| The problem |
The data below holds a line containing "#94=VECTOR('',#93,1.);" and a line containing "#105=PLANE('',#27);"; please quote exactly those two lines and every line between them, and nothing else.
BEGIN Records shown
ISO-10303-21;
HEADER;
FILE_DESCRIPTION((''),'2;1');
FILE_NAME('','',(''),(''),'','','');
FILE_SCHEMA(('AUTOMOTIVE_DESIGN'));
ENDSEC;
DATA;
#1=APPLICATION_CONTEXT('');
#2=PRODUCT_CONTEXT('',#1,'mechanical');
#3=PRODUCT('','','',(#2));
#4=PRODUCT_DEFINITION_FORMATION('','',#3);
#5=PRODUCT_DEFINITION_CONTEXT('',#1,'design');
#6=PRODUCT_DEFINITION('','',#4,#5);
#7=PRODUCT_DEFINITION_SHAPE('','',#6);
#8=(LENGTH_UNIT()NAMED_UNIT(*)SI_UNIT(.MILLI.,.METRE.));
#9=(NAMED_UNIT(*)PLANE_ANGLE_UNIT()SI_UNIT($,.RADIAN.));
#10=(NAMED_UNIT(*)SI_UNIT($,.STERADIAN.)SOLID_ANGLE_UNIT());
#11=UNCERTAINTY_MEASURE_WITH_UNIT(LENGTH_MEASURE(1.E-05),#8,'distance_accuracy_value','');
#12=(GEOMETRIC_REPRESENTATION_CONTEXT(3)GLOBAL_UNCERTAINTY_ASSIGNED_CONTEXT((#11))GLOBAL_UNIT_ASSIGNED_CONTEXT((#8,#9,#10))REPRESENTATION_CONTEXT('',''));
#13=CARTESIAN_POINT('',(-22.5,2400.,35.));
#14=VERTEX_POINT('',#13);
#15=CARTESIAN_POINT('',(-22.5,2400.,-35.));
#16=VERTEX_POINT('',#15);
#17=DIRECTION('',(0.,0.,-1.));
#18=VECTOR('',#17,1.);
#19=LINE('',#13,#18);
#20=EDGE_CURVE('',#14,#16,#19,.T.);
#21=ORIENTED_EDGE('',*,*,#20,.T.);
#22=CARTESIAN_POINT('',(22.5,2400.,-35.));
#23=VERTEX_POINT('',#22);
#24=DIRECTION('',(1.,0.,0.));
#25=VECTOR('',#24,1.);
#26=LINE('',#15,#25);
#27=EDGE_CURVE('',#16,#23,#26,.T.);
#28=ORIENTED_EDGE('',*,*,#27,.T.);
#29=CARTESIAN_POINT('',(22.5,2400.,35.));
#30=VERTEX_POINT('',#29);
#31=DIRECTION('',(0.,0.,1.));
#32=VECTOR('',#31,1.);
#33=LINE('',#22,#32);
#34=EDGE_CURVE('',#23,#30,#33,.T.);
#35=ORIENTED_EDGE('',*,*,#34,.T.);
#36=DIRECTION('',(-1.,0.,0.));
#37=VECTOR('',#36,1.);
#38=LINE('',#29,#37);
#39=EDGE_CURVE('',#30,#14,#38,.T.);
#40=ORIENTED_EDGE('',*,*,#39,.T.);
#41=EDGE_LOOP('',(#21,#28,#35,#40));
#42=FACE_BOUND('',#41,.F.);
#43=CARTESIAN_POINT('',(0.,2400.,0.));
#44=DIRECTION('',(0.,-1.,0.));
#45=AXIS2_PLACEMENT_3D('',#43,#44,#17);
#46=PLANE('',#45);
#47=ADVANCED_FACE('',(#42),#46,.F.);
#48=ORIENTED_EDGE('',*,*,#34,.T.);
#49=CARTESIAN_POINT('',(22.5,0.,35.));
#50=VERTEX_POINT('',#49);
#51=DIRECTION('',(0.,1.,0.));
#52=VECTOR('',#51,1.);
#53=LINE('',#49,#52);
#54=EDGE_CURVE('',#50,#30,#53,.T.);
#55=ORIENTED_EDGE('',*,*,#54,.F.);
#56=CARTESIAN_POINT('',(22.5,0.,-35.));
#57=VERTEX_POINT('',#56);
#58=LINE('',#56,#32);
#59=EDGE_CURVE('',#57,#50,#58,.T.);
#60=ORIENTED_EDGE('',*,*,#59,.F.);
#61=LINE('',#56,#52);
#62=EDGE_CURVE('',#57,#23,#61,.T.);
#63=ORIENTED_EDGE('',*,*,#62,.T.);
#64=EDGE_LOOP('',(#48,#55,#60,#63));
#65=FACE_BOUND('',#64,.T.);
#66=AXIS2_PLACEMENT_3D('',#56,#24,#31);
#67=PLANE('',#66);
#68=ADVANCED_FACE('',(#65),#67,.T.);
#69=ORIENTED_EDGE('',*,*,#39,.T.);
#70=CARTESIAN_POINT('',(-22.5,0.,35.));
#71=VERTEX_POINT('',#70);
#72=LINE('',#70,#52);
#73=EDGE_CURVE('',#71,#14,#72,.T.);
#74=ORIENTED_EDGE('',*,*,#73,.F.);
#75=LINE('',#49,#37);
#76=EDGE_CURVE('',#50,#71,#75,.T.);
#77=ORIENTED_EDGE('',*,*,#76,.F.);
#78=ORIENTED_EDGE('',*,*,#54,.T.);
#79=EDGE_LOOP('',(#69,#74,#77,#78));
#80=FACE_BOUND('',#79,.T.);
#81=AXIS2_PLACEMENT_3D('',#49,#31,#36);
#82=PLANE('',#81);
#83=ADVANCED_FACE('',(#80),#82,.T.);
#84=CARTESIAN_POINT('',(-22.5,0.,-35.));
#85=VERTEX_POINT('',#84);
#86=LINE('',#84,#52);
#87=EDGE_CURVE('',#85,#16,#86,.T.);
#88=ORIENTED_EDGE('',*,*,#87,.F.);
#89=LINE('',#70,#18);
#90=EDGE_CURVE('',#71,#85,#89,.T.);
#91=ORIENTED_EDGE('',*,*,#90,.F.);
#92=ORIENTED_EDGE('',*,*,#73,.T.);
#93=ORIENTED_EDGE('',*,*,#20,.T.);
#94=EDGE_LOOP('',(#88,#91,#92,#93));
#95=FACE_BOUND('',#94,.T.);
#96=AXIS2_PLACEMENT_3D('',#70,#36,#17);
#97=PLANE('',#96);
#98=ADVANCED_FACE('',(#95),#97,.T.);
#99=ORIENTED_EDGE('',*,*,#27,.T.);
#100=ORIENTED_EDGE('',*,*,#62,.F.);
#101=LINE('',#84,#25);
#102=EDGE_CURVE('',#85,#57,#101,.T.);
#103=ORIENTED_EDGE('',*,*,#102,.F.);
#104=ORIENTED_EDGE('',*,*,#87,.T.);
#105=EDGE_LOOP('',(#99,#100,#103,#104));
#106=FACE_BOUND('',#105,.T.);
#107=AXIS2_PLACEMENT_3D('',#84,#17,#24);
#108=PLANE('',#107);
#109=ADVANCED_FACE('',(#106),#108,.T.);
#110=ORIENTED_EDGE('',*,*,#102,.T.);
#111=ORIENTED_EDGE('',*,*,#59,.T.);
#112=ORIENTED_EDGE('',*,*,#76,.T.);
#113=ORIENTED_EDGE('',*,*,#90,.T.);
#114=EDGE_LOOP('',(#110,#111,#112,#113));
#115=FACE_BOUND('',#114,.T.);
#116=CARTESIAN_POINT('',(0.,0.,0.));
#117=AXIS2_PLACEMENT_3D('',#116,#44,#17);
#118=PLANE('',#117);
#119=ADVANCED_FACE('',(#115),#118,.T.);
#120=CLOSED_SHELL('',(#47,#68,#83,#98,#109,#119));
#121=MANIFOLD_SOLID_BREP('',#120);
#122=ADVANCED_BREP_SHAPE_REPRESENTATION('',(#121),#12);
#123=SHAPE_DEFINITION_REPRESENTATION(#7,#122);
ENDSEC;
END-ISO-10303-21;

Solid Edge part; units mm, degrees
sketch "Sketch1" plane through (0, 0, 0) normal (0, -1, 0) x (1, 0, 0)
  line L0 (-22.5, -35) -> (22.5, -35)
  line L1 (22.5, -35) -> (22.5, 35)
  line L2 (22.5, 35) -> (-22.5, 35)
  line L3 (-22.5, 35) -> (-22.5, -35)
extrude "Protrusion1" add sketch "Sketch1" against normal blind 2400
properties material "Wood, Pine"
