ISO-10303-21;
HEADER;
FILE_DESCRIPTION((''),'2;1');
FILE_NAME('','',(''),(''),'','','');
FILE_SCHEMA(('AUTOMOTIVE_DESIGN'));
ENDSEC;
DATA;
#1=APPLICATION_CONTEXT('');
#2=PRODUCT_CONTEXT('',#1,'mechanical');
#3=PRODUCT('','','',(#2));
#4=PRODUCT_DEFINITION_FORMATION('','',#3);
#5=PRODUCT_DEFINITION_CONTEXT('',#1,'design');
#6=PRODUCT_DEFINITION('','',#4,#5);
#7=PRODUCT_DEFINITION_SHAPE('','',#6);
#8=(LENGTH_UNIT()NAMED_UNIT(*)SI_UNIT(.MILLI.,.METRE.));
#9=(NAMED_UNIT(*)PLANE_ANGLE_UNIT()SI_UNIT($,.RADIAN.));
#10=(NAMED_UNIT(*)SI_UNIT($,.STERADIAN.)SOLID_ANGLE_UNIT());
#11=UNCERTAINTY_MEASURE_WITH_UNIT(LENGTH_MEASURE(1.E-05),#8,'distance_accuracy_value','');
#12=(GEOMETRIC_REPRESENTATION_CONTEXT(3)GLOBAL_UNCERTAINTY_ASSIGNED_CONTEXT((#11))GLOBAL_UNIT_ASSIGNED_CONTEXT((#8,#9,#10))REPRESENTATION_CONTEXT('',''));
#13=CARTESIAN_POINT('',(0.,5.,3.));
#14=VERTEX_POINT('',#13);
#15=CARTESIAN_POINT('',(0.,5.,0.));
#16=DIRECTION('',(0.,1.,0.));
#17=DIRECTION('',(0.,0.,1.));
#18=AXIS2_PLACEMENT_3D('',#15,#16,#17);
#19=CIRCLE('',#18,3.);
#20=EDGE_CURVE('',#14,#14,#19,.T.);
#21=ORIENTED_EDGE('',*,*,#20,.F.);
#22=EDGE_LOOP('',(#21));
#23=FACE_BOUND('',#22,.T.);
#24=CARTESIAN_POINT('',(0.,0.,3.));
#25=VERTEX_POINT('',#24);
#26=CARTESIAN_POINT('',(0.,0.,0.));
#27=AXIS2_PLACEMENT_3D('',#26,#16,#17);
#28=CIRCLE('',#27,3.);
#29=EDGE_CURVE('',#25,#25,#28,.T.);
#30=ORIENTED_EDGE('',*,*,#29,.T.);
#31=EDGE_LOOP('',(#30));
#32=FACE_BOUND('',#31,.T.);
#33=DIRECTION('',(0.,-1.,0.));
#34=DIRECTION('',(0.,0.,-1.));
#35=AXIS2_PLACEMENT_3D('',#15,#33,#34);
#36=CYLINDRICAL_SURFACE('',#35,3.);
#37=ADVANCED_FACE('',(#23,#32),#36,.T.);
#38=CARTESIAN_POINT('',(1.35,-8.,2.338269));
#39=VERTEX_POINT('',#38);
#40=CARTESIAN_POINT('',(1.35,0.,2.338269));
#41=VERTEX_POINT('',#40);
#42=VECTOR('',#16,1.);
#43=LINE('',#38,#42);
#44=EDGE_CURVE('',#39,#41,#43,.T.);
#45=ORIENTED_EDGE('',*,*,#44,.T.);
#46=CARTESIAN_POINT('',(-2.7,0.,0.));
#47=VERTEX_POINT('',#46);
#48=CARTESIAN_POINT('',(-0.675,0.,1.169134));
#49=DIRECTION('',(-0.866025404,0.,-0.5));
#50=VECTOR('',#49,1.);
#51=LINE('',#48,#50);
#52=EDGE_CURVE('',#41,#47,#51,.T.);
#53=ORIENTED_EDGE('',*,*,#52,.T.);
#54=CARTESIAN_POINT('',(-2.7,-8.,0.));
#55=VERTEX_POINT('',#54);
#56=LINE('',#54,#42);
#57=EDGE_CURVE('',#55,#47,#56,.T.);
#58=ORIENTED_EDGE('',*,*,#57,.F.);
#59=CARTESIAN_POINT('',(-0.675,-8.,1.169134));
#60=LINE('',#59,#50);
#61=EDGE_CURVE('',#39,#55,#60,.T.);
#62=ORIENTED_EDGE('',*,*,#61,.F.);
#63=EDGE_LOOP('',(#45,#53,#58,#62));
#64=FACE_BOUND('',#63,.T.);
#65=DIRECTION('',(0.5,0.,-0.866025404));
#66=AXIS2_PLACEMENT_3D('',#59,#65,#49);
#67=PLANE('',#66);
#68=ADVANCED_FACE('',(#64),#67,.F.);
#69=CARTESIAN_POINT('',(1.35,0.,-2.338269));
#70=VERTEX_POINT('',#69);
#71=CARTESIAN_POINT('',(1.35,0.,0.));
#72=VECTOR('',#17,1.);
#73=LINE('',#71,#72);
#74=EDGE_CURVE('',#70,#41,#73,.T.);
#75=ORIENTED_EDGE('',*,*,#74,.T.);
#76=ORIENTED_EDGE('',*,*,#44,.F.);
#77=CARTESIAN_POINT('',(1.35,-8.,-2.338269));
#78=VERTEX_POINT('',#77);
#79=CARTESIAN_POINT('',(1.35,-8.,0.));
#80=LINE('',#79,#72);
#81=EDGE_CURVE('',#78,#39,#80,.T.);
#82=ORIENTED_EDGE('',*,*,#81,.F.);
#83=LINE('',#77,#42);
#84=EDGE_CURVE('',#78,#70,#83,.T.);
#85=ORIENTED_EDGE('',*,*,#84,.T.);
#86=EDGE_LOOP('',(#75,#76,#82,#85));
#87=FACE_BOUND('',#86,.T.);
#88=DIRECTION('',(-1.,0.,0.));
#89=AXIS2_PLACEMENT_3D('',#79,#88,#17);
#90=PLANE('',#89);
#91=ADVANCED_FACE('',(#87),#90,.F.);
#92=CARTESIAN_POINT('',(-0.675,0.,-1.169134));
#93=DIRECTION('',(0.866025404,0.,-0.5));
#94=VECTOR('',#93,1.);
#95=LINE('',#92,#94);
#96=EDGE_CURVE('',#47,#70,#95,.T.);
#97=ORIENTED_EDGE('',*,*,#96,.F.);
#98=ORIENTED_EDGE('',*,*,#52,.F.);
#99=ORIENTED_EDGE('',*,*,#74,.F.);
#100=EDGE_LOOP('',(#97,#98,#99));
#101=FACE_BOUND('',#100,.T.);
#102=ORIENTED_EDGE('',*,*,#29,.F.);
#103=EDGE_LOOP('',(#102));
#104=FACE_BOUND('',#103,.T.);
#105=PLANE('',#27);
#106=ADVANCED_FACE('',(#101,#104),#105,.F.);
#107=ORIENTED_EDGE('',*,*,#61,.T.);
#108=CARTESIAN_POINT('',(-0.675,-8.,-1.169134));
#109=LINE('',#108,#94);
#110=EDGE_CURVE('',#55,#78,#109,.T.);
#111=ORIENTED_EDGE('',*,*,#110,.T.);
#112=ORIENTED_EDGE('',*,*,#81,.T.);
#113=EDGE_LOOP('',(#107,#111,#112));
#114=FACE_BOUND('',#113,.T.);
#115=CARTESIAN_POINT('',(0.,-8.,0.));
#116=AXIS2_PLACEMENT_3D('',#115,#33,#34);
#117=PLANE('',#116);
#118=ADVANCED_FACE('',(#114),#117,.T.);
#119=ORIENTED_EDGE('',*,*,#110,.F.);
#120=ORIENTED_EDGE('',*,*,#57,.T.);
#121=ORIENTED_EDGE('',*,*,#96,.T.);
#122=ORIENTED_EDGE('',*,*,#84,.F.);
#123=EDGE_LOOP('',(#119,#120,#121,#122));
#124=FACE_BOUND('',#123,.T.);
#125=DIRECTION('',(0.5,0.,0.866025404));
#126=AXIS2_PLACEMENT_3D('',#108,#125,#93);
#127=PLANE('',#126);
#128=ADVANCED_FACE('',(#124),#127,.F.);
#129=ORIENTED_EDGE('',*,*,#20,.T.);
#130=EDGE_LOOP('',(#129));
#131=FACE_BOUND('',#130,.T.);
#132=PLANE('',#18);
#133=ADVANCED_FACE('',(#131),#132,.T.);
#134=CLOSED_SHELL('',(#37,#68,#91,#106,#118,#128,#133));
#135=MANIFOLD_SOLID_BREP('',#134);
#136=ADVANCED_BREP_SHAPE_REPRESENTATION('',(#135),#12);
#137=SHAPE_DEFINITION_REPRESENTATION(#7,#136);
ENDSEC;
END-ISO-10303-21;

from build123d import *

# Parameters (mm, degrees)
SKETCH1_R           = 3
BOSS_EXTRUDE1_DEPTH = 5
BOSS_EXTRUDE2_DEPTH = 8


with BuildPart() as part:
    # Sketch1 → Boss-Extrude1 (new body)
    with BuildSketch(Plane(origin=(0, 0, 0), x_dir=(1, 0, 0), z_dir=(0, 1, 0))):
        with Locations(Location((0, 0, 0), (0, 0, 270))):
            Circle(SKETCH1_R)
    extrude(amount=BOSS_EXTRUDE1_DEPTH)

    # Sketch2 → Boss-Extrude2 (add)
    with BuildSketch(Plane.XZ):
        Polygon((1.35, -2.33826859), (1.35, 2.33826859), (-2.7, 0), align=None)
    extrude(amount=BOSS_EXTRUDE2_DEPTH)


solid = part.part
END Records shown
| Your response |
#94=VECTOR('',#93,1.);
#95=LINE('',#92,#94);
#96=EDGE_CURVE('',#47,#70,#95,.T.);
#97=ORIENTED_EDGE('',*,*,#96,.F.);
#98=ORIENTED_EDGE('',*,*,#52,.F.);
#99=ORIENTED_EDGE('',*,*,#74,.F.);
#100=EDGE_LOOP('',(#97,#98,#99));
#101=FACE_BOUND('',#100,.T.);
#102=ORIENTED_EDGE('',*,*,#29,.F.);
#103=EDGE_LOOP('',(#102));
#104=FACE_BOUND('',#103,.T.);
#105=PLANE('',#27);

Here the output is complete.